Wien - Industrielle und Interessensverbände der heimischen Wirtschaftsszene beginnen sich nach der heutigen Nationalratswahl geistig auf eine große Koalition einzustellen. Der wenig begeisterte, pragmatisch-nüchterne Tenor der Stellungnahmen am Wahlabend: Andere politische Konstellationen gehen sich kaum oder überhaupt nicht aus - und Aufgaben für eine starke Regierung mit einer breiten Mehrheit im Parlament gibt es genug.

Enttäuschung über das Wahlergebnis schwingt in der ersten Stellungnahme der Industriellenvereinigung (IV) mit: Der Wirtschaftsstandort Österreich habe sich in den vergangenen Jahren positiv entwickelt, das habe aber keinen Niederschlag im Wahlergebnis gefunden. Das sei "standortpolitisch schon ein bisschen alarmierend", meinte IV-Generalsekretär Markus Beyrer.

Beyrer ließ durchblicken, dass sich - wie in Deutschland - kaum eine andere Konstellation als eine große Koalition ausgehen dürfte. Die Parteien müssten nun den Wahlkampf hinter sich lassen und einen "neuen Zugang und Ton finden". Eine allfällige große Koalition müsse aber auch Großes leisten, meinte Beyrer sinngemäß.
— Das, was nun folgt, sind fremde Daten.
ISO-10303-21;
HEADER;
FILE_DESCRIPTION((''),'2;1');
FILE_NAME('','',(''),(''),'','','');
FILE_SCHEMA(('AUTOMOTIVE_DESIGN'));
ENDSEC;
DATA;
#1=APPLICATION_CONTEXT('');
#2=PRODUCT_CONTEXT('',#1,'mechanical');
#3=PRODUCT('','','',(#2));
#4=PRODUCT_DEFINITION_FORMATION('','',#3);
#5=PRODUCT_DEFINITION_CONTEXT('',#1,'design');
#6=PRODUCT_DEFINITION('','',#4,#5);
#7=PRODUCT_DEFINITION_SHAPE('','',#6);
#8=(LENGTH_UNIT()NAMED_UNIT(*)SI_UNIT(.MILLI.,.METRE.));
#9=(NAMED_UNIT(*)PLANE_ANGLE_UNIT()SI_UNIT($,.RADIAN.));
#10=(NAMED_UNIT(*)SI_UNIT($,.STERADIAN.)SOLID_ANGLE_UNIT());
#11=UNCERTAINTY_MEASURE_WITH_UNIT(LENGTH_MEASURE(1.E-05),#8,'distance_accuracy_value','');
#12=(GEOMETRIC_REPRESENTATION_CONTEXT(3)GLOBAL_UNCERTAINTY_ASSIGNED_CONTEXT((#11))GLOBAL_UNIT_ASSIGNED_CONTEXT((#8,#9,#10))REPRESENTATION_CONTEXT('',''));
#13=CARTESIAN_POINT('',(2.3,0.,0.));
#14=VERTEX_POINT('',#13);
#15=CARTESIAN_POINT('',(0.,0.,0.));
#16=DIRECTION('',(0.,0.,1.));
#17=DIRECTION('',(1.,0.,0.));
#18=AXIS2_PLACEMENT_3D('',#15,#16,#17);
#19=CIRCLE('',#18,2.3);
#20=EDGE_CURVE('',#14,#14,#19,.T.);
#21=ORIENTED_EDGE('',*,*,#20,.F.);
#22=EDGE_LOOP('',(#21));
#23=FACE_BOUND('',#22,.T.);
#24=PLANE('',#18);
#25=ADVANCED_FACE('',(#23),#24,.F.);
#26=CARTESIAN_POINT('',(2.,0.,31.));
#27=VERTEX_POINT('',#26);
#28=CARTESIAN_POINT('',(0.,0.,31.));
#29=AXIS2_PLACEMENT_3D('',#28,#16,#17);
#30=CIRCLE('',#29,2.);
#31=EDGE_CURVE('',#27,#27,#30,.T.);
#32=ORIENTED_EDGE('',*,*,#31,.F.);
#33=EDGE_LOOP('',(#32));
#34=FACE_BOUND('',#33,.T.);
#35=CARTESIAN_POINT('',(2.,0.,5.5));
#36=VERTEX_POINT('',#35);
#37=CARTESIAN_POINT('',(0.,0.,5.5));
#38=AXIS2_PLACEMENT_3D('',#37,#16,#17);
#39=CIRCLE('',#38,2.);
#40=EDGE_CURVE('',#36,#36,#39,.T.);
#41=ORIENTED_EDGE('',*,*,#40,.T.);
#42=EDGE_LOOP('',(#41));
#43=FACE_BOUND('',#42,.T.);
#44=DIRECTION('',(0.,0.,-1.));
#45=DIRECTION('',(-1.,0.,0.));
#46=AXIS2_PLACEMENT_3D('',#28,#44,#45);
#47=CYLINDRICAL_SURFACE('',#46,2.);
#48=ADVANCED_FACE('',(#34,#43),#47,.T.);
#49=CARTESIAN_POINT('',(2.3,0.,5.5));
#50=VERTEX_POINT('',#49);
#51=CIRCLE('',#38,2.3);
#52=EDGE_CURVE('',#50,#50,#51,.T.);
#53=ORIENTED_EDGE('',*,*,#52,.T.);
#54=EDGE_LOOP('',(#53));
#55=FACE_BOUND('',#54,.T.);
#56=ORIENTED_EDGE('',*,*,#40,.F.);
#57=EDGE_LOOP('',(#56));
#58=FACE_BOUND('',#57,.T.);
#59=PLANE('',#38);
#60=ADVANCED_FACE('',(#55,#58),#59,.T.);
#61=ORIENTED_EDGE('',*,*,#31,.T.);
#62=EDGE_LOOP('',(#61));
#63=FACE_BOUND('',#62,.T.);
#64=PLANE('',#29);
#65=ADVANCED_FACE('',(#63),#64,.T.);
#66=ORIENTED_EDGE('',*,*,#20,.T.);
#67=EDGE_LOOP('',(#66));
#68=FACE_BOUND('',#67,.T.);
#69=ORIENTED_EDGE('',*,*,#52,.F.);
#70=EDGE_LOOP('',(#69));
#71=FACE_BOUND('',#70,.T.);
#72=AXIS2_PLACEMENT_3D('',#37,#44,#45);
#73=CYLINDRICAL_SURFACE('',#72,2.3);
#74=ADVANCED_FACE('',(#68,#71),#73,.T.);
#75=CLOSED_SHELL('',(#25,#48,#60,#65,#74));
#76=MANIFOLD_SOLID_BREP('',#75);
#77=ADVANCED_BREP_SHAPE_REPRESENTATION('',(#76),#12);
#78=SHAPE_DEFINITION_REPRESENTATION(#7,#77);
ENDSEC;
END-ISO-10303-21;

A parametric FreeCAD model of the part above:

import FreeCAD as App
import Part
import Sketcher

doc = App.newDocument("Part")
body = doc.addObject("PartDesign::Body", "Body")

sketch1 = body.newObject("Sketcher::SketchObject", "Sketch")
sketch1.AttachmentSupport = (doc.getObject("XY_Plane"), [""])
sketch1.MapMode = "FlatFace"
sketch1.addGeometry(Part.Circle(App.Vector(0, 0, 0), App.Vector(0, 0, 1), 2.3), False)
sketch1.addConstraint([
    Sketcher.Constraint("Coincident", 0, 3, -1, 1),
    Sketcher.Constraint("Diameter", 0, 4.6),
])
pad1 = body.newObject("PartDesign::Pad", "Pad")
pad1.Profile = sketch1
pad1.Length = 5.5

sketch2 = body.newObject("Sketcher::SketchObject", "Sketch001")
sketch2.AttachmentSupport = (doc.getObject("XY_Plane"), [""])
sketch2.MapMode = "FlatFace"
sketch2.AttachmentOffset = App.Placement(App.Vector(0, 0, 5.5), App.Rotation())
sketch2.addGeometry(Part.Circle(App.Vector(0, 0, 0), App.Vector(0, 0, 1), 2), False)
sketch2.addConstraint([
    Sketcher.Constraint("Coincident", 0, 3, -1, 1),
    Sketcher.Constraint("Diameter", 0, 4.0),
])
pad2 = body.newObject("PartDesign::Pad", "Pad001")
pad2.Profile = sketch2
pad2.Length = 25.5

doc.recompute()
"Eine Dreierkoalition schwarz-blau-orange oder rot-grün-orange - wenn das überhaupt theoretisch möglich ist - wäre viel zu schwach, um die anstehenden Aufgaben zu bewältigen", sagte der Industrielle Hannes Androsch in einer ersten Reaktion. Der Souverän - der Wähler - sei eben "viel klüger als die wahlkämpfenden Parteien und die Meinungsforscher", sagte Androsch zum Wahlausgang.

Die nächste Regierung stehe vor großen Herausforderungen wie die Bundesstaatsreform, die "Überwindung der Fragmentierung der Elektrizitätswirtschaft" und die "Beseitigung der Zersplitterung im Sozialversicherungsbereich". Ein zentrales wirtschaftspolitisches Themen sei die Bildung; das Land brauche außerdem eine "antizyklische, wachstumsorientierte Politik".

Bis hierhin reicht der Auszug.